Volumetric video, which encodes a time-varying 3D scene into a unified representation for novel-view synthesis of dynamic contents, has long been a grand challenge for achieving immersive experiences. High-quality volumetric video enables new and immersive applications, such as 3D video conferencing, 3D telepresence, and virtual tutoring in XR. Recent volumetric representation enables fast and high-quality reconstruction of dynamic 3D scenes.

However, generating free-viewpoint videos, either from real-world data or synthetic generators, presents numerous challenges. Firstly, reconstructing dynamic events with high visual quality at interactive training and playback latencies requires large amount of computation and costly storage sizes to encode relevant details. Domain-specific applications of volumetric videos present further challenges. For instance, capturing and synthesizing humans at high fidelity are highly challenging due to the intricate details of geometry and appearance of humans. Reconstructing indoor scenes necessitates high-fidelity synthesis of challenging objects and materials present in the real world. By contrast, reconstruction of urban environments requires unifying large spatial areas captured under varying illuminations and camera resolution for tasks such as mapping or autonomous driving. To address the challenge of costly multi-view camera setups, synthesis from sparse or monocular camera views would enable broader creation and dissemination of volumetric video. Finally, as volumetric video generation becomes more efficient, new directions explore 4D content as an intermediate representation in multi-modal models, such as for answering questions about autonomous driving. While these methods are still under active research, they all capture different aspects of how to generate or leverage volumetric video representations for practical applications or domains.

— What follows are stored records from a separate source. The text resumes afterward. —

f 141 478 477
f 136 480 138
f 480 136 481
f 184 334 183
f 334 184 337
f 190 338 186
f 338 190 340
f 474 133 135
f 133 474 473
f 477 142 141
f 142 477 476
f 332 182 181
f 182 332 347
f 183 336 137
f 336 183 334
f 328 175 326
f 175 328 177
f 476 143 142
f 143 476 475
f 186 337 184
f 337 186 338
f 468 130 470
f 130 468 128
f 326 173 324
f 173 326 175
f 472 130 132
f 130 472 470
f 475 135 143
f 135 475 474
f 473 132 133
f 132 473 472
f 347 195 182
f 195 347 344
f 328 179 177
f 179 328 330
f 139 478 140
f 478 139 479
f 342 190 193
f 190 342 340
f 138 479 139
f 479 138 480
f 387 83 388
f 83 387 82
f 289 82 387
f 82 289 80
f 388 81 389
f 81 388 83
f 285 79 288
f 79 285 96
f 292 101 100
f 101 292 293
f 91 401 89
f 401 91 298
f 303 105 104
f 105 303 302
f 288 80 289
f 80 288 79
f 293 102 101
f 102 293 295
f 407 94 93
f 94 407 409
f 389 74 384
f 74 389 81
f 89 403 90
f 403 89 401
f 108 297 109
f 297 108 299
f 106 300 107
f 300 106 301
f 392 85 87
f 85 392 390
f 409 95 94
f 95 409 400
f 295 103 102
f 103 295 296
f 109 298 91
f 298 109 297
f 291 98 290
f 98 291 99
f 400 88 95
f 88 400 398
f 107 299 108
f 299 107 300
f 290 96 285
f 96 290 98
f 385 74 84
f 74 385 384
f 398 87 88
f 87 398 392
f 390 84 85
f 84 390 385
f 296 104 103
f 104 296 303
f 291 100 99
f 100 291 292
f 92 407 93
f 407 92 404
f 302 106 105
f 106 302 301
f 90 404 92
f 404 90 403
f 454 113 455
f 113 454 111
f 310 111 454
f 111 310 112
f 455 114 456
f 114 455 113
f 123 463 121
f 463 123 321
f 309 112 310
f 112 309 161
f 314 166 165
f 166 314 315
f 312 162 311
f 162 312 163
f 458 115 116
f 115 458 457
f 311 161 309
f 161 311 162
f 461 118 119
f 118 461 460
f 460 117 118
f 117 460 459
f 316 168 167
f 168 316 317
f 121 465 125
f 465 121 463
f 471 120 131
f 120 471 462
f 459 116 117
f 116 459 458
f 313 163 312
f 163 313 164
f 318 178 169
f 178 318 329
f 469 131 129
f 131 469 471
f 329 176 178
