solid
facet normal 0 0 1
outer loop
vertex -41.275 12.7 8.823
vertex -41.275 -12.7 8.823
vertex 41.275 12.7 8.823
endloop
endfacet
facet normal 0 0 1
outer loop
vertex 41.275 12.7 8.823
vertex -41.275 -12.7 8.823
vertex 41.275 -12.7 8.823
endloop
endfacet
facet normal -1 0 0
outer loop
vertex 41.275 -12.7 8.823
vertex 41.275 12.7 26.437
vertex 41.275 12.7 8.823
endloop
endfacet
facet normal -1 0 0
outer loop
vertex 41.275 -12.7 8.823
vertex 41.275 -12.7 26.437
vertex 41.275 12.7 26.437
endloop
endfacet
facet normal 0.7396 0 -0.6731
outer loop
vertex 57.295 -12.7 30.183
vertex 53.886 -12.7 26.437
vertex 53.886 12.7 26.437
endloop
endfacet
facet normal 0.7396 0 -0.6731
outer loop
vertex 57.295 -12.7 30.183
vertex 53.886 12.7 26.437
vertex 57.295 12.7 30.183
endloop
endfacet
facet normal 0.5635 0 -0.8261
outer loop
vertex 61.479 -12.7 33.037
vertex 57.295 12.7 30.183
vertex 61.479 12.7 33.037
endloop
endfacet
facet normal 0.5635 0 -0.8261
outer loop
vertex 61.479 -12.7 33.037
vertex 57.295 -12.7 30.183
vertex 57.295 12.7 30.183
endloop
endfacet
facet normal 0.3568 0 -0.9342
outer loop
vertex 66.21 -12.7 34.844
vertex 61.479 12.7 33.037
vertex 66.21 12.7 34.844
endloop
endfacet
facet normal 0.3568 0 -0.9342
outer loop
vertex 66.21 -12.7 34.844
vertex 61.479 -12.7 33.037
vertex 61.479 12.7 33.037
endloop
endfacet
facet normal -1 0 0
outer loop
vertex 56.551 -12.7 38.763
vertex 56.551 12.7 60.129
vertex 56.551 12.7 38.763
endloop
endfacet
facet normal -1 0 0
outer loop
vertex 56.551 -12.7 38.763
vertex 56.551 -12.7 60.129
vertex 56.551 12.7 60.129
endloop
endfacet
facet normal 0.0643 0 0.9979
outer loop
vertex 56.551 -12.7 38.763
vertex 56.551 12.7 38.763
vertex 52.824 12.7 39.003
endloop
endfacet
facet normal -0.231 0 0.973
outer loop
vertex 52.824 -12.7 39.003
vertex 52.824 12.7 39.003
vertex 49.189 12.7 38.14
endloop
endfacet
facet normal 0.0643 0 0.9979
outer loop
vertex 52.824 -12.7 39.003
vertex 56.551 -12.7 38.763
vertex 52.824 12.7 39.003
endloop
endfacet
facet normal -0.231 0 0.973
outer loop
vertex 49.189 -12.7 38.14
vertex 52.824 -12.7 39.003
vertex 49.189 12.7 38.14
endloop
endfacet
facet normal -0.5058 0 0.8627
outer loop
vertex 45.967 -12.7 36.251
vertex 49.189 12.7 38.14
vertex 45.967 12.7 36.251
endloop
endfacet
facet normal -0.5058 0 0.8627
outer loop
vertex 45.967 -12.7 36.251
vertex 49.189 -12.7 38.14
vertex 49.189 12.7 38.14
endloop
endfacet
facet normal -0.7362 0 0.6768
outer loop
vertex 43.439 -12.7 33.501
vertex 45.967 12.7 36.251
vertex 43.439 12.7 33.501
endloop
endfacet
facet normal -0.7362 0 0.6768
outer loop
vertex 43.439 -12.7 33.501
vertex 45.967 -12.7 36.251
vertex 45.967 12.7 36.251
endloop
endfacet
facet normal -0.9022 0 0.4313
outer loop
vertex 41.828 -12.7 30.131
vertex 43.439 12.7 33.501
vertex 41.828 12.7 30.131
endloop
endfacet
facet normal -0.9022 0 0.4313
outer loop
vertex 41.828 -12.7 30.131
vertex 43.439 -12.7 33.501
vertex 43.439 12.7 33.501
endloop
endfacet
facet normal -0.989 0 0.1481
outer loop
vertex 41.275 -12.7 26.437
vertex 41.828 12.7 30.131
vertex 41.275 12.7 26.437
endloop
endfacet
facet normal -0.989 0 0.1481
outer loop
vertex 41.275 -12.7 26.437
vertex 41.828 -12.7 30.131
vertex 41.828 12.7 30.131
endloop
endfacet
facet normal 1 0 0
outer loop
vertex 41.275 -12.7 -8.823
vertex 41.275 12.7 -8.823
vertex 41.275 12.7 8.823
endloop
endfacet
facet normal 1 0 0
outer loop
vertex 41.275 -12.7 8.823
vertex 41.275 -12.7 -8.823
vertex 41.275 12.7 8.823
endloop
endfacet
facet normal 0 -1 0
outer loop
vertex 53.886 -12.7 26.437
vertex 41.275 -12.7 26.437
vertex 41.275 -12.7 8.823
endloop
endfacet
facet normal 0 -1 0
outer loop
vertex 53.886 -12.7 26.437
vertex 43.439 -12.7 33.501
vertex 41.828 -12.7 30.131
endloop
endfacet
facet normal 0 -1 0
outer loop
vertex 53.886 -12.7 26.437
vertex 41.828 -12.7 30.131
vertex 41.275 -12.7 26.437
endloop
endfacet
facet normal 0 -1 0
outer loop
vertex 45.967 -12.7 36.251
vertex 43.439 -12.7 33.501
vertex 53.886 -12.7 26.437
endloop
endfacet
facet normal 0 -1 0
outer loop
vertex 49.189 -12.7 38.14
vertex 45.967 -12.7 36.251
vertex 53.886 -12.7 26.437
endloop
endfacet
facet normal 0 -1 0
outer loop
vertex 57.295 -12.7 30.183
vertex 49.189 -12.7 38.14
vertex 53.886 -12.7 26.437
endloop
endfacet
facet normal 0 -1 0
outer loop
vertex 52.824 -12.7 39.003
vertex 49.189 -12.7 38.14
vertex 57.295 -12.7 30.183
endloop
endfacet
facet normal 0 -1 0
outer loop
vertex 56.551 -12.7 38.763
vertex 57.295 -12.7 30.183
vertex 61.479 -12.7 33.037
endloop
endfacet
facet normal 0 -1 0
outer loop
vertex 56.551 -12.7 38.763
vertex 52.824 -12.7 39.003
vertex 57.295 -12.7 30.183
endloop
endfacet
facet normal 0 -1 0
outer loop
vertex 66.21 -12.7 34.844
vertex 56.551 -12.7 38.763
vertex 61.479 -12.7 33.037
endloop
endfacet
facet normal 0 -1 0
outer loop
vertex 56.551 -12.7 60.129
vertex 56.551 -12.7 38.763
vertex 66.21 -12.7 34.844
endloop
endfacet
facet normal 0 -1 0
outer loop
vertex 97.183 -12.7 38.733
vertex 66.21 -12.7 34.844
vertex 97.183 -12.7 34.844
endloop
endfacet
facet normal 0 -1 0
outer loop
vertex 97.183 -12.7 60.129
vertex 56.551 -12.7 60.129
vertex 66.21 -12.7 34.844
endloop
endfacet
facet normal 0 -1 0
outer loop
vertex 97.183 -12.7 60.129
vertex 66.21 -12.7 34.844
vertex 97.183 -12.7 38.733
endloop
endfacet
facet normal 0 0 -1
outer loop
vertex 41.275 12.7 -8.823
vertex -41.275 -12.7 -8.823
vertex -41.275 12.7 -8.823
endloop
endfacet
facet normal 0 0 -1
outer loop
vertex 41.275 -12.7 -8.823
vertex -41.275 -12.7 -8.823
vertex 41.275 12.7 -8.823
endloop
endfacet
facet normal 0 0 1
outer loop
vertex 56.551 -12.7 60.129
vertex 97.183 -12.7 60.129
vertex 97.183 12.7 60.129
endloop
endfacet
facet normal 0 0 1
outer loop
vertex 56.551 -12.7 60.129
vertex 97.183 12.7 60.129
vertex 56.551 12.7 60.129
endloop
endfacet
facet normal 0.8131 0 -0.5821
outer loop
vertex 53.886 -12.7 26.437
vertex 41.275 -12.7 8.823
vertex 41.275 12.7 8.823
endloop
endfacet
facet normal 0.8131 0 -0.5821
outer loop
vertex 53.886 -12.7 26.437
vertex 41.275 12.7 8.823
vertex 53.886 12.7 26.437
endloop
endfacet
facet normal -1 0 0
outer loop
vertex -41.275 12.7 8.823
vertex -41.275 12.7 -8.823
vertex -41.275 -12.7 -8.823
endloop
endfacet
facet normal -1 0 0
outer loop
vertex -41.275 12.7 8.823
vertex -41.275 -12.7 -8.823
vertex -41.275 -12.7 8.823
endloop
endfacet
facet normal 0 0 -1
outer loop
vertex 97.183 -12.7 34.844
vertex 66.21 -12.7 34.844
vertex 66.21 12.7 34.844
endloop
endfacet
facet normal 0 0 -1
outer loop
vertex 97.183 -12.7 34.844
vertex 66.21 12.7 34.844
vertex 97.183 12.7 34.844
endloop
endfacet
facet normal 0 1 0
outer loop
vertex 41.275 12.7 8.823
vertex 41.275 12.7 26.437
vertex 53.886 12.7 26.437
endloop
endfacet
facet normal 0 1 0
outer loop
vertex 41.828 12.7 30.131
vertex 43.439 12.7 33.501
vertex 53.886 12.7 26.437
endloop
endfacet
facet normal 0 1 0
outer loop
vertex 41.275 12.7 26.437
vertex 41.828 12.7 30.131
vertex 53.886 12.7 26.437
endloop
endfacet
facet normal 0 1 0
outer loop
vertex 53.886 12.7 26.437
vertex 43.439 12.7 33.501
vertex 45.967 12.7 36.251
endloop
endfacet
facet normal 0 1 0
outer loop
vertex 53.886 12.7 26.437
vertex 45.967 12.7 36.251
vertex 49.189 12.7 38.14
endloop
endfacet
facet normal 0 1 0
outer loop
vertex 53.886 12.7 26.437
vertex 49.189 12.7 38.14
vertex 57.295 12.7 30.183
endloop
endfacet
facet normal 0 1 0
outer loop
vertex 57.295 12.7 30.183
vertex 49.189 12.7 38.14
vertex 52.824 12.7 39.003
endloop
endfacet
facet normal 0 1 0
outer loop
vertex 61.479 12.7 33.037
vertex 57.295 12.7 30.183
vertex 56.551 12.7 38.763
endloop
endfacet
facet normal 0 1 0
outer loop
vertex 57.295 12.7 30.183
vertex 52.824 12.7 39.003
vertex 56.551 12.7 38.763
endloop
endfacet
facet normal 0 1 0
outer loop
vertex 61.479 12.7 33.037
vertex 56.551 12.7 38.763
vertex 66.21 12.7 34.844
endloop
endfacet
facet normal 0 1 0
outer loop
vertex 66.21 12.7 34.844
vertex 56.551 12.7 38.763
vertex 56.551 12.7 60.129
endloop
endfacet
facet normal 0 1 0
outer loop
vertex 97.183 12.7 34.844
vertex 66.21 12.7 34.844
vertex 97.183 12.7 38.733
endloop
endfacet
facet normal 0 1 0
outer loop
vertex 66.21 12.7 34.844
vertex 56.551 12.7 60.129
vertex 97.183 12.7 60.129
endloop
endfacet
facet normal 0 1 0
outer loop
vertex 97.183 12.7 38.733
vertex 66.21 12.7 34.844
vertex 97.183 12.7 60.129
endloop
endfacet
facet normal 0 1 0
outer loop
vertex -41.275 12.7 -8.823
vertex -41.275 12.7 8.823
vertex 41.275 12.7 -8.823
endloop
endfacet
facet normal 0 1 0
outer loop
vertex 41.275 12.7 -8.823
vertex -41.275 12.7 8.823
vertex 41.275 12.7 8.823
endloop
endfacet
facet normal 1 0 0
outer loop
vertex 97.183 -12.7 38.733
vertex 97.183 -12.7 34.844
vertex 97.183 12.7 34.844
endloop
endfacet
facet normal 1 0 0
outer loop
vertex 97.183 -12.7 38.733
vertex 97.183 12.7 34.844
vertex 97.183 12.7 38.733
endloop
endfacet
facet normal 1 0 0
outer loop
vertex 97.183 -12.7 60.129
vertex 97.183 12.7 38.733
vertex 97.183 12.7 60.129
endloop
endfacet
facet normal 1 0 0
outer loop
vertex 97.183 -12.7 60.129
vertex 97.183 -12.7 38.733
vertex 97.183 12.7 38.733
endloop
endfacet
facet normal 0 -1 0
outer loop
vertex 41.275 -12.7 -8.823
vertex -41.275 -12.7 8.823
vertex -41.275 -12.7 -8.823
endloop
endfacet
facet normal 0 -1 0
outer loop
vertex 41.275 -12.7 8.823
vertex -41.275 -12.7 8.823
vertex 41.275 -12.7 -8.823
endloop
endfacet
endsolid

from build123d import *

# Parameters (mm, degrees)
F0_W     = 20.3160279515
F0_H     = 3.888219498
F1_DEPTH = 12.7
F0_W_2   = 82.55
F0_H_2   = 17.6465612206


with BuildPart() as f1:
    # F0 (on Front) → F1 (new body, symmetric)
    with BuildSketch(Plane.XZ):
        with BuildLine():
            Line((41.275, 26.4365587761), (41.275, 8.8232806103))
            Line((41.275, 8.8232806103), (53.8858462351, 26.4365587761))
            ThreePointArc((53.8858462351, 26.4365587761), (59.3031752306, 31.7323772422), (66.2102704506, 34.8444797939))
            Line((66.2102704506, 34.8444797939), (56.5511865373, 34.8444797939))
            Line((56.5511865373, 34.8444797939), (56.5511865373, 38.7625233971))
            ThreePointArc((56.5511865373, 38.7625233971), (45.9668423189, 36.2509777472), (41.275, 26.4365587761))
        make_face()
        with BuildLine():
            ThreePointArc((56.6855553593, 38.7326992919), (56.6184116374, 38.747794664), (56.5511865373, 38.7625233971))
            Line((56.5511865373, 38.7625233971), (56.5511865373, 34.8444797939))
            Line((56.5511865373, 34.8444797939), (66.2102704506, 34.8444797939))
            ThreePointArc((66.2102704506, 34.8444797939), (71.5387424697, 35.508505706), (76.8672144887, 34.8444797939))
            Line((76.8672144887, 34.8444797939), (76.8672144887, 38.7326992919))
            Line((76.8672144887, 38.7326992919), (56.6855553593, 38.7326992919))
        make_face()
        with BuildLine():
            Line((56.5511865373, 60.1290911436), (56.5511865373, 38.7625233971))
            ThreePointArc((56.5511865373, 38.7625233971), (56.6184116374, 38.747794664), (56.6855553593, 38.7326992919))
            Line((56.6855553593, 38.7326992919), (56.6855553593, 60.1290911436))
            Line((56.6855553593, 60.1290911436), (56.5511865373, 60.1290911436))
        make_face()
        with BuildLine():
            ThreePointArc((76.8672144887, 34.8444797939), (71.5387424697, 35.508505706), (66.2102704506, 34.8444797939))
            Line((66.2102704506, 34.8444797939), (76.8672144887, 34.8444797939))
        make_face()
        Polygon((56.6855553593, 60.1290911436), (56.6855553593, 38.7326992919), (76.8672144887, 38.7326992919), (97.1832424402, 38.7326992919), (97.1832424402, 60.1290911436), align=None)
        with Locations((87.0252284645, 36.7885895429)):
            Rectangle(F0_W, F0_H)
    extrude(amount=F1_DEPTH, both=True)


with BuildPart() as f1b:
    # F0 (on Front) → F1, piece 2 (new body, symmetric)
    with BuildSketch(Plane.XZ):
        Rectangle(F0_W_2, F0_H_2)
    extrude(amount=F1_DEPTH, both=True)


solid = Compound([f1.part, f1b.part])
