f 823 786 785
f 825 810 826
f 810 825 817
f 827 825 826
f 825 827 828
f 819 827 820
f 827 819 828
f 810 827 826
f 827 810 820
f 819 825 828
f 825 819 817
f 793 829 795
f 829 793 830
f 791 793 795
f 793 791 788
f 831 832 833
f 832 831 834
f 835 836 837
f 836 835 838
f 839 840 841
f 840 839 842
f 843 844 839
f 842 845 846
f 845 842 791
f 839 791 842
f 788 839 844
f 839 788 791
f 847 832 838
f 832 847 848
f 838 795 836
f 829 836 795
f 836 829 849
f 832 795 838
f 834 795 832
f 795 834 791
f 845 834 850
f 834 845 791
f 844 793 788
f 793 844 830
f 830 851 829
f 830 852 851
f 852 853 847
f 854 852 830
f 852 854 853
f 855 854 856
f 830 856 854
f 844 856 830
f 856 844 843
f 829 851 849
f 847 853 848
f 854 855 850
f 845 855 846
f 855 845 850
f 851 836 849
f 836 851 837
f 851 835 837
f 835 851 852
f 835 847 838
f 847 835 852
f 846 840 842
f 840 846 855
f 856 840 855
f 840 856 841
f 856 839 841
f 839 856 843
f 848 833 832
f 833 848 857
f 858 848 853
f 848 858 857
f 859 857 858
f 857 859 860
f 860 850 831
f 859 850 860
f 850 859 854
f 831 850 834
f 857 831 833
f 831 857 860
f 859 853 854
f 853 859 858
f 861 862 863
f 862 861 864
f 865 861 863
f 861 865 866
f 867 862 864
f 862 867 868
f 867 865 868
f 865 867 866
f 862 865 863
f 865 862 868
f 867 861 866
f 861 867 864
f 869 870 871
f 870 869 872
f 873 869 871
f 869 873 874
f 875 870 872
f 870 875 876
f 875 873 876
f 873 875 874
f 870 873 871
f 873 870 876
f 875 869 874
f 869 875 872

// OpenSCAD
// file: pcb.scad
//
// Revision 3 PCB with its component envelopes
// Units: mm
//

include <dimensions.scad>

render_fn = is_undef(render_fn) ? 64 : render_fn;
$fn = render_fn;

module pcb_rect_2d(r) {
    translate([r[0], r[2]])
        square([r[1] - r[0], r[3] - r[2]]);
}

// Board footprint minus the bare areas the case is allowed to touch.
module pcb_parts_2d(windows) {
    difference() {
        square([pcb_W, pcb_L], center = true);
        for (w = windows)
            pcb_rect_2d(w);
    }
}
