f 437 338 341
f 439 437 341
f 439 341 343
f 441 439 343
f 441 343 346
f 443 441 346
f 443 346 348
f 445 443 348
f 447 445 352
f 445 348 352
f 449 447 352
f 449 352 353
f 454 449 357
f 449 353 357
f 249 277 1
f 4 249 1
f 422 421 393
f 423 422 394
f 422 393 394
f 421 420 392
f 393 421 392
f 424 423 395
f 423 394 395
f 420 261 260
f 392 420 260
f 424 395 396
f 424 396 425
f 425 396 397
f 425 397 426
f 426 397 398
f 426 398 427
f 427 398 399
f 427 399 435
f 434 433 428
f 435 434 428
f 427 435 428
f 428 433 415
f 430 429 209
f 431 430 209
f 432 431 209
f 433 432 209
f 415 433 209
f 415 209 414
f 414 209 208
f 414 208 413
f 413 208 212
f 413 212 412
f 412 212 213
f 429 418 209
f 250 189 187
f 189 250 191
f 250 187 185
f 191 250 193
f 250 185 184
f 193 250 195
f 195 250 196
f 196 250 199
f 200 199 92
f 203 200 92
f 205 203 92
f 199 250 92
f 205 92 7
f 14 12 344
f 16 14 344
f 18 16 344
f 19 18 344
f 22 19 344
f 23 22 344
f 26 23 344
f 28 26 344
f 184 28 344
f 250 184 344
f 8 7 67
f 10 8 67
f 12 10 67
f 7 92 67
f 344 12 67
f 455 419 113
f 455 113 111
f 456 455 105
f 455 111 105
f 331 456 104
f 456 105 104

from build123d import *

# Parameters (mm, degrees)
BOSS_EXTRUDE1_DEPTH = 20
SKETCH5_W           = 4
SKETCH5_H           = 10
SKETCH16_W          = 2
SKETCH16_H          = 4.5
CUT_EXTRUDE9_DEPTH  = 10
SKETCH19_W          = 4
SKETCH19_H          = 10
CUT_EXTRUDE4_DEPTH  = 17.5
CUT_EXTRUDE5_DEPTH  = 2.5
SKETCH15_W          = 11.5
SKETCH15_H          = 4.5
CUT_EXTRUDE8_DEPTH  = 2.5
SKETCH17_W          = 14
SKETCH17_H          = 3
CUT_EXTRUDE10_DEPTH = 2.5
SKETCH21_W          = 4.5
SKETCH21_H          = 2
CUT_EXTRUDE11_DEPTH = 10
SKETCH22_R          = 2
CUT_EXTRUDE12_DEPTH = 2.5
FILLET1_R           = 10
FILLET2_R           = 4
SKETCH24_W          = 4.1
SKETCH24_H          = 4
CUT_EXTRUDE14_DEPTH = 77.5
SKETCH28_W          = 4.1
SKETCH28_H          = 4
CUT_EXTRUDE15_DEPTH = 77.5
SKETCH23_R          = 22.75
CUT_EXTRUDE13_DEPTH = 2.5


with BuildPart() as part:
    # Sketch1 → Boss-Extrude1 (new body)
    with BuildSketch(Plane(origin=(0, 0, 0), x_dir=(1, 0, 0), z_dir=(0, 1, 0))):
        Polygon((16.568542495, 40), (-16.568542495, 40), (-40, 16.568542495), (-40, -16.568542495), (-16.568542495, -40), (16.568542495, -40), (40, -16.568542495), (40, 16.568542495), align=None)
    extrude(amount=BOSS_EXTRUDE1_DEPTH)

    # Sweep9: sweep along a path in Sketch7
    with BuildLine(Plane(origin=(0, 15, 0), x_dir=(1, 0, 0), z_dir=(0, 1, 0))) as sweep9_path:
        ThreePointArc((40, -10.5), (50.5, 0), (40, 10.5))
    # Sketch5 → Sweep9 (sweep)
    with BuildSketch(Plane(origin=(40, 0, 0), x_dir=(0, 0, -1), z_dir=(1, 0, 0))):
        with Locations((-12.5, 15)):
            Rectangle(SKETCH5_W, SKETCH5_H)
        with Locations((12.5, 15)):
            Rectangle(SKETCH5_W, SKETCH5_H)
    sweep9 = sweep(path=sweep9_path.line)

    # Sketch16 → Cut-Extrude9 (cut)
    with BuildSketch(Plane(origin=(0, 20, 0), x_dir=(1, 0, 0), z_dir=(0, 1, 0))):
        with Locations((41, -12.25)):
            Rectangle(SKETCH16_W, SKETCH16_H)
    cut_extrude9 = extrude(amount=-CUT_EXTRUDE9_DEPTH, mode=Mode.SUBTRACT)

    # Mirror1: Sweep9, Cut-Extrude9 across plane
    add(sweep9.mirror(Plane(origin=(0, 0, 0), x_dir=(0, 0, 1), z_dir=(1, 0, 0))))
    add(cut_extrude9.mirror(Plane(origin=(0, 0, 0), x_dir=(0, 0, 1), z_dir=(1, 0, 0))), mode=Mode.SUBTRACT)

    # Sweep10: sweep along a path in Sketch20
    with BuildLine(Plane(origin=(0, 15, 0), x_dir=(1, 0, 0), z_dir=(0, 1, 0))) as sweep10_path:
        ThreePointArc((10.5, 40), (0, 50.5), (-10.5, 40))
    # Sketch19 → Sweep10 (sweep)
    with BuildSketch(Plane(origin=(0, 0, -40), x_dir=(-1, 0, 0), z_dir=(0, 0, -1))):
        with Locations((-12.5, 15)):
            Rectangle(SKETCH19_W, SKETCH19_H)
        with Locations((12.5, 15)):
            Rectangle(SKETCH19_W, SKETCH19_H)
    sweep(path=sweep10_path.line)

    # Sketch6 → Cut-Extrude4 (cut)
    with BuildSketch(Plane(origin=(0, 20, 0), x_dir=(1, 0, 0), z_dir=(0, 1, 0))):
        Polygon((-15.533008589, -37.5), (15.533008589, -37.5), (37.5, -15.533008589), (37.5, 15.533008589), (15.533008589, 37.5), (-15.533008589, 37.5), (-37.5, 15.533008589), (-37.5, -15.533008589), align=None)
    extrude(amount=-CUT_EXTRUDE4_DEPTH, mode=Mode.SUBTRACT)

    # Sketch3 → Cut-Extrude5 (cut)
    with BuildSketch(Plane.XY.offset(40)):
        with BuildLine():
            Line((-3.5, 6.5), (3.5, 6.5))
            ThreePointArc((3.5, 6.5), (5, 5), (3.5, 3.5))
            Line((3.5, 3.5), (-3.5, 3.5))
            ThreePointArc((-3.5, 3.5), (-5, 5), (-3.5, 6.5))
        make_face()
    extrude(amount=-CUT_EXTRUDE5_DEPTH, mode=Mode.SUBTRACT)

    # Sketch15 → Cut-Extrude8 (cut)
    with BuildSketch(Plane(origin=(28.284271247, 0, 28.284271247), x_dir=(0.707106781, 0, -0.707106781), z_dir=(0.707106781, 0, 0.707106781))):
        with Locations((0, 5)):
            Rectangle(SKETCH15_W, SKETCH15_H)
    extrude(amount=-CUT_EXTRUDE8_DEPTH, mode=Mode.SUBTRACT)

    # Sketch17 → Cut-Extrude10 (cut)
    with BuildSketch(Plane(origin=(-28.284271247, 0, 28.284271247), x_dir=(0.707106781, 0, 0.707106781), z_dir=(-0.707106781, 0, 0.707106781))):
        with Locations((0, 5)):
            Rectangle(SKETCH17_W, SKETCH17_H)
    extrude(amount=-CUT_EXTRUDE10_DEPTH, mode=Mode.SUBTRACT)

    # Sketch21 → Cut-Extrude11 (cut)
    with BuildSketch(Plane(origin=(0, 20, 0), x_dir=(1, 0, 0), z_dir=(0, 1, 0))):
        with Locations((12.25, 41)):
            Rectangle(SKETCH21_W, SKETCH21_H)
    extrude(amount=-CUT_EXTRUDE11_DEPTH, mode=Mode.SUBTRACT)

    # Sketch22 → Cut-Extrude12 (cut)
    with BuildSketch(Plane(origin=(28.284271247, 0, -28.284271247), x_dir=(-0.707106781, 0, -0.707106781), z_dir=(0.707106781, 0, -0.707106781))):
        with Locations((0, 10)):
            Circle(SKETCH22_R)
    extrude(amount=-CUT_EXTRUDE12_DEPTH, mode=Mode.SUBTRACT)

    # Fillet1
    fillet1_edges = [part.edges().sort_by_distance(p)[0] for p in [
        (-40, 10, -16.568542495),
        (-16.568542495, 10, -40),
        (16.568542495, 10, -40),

As such, our tutorial summarizes practical challenges towards generating and distributing volumetric video in the real world. Given the applicability of 4D priors to a range of computer vision tasks and the growing use of 3D and 4D contexts to represent dynamic scenes, we hope this tutorial inspires researchers to develop approaches that leverage volumetric video for broadening use cases.

Agenda

Category	Title	Speaker	Video	Session Time
Introduction	Welcome and Introduction	Amrita Mazumdar , Tianye Li	Video	9:00 am - 9:30 am
New Directions & Applications	Generating Volumetric Video from Monocular Inputs	Aleksander Holynski	Video	9:30 - 10:30 am
New Directions & Applications	Dynamic 4D Humans	Lan Xu	Video	10:30 - 11:30 am
Methods & Techniques	Immersive & Dynamic Spaces	Christian Richardt	Video	11:30 - 12:30 pm
	Lunch Break		Video	12:30 - 1:30 pm
New Directions & Applications	Volumetric Video in Autonomous Vehicles	Boris Ivanovic	Video	1:30 - 2:30 pm
Methods & Techniques	Compression and Standardization of Gaussian Splats	Yiyi Liao	Video	2:30 - 3:30 pm
Methods & Techniques	Towards efficient real-time streaming of volumetric video	Sharath Girish	Video	3:30 - 4:30 pm
Panel	Panel Discussion, Q&A, Closing Remarks	Amrita Mazumdar , Tianye Li	Video	4:30 - 5:00 pm

Speakers

Sharath Girish

Snap Research

Towards efficient real-time streaming of volumetric video

In this talk, I will discuss the importance of learning efficient representations for volumetric video and their impact on real-world applications. I will provide an overview of current techniques aimed at enabling real-time streaming while preserving high visual fidelity and compressibility. The discussion will cover key trade-offs between storage requirements, training times, and rendering speeds. I will then conclude by highlighting open challenges and future directions in the field, for enabling interactive and immersive volumetric video experiences.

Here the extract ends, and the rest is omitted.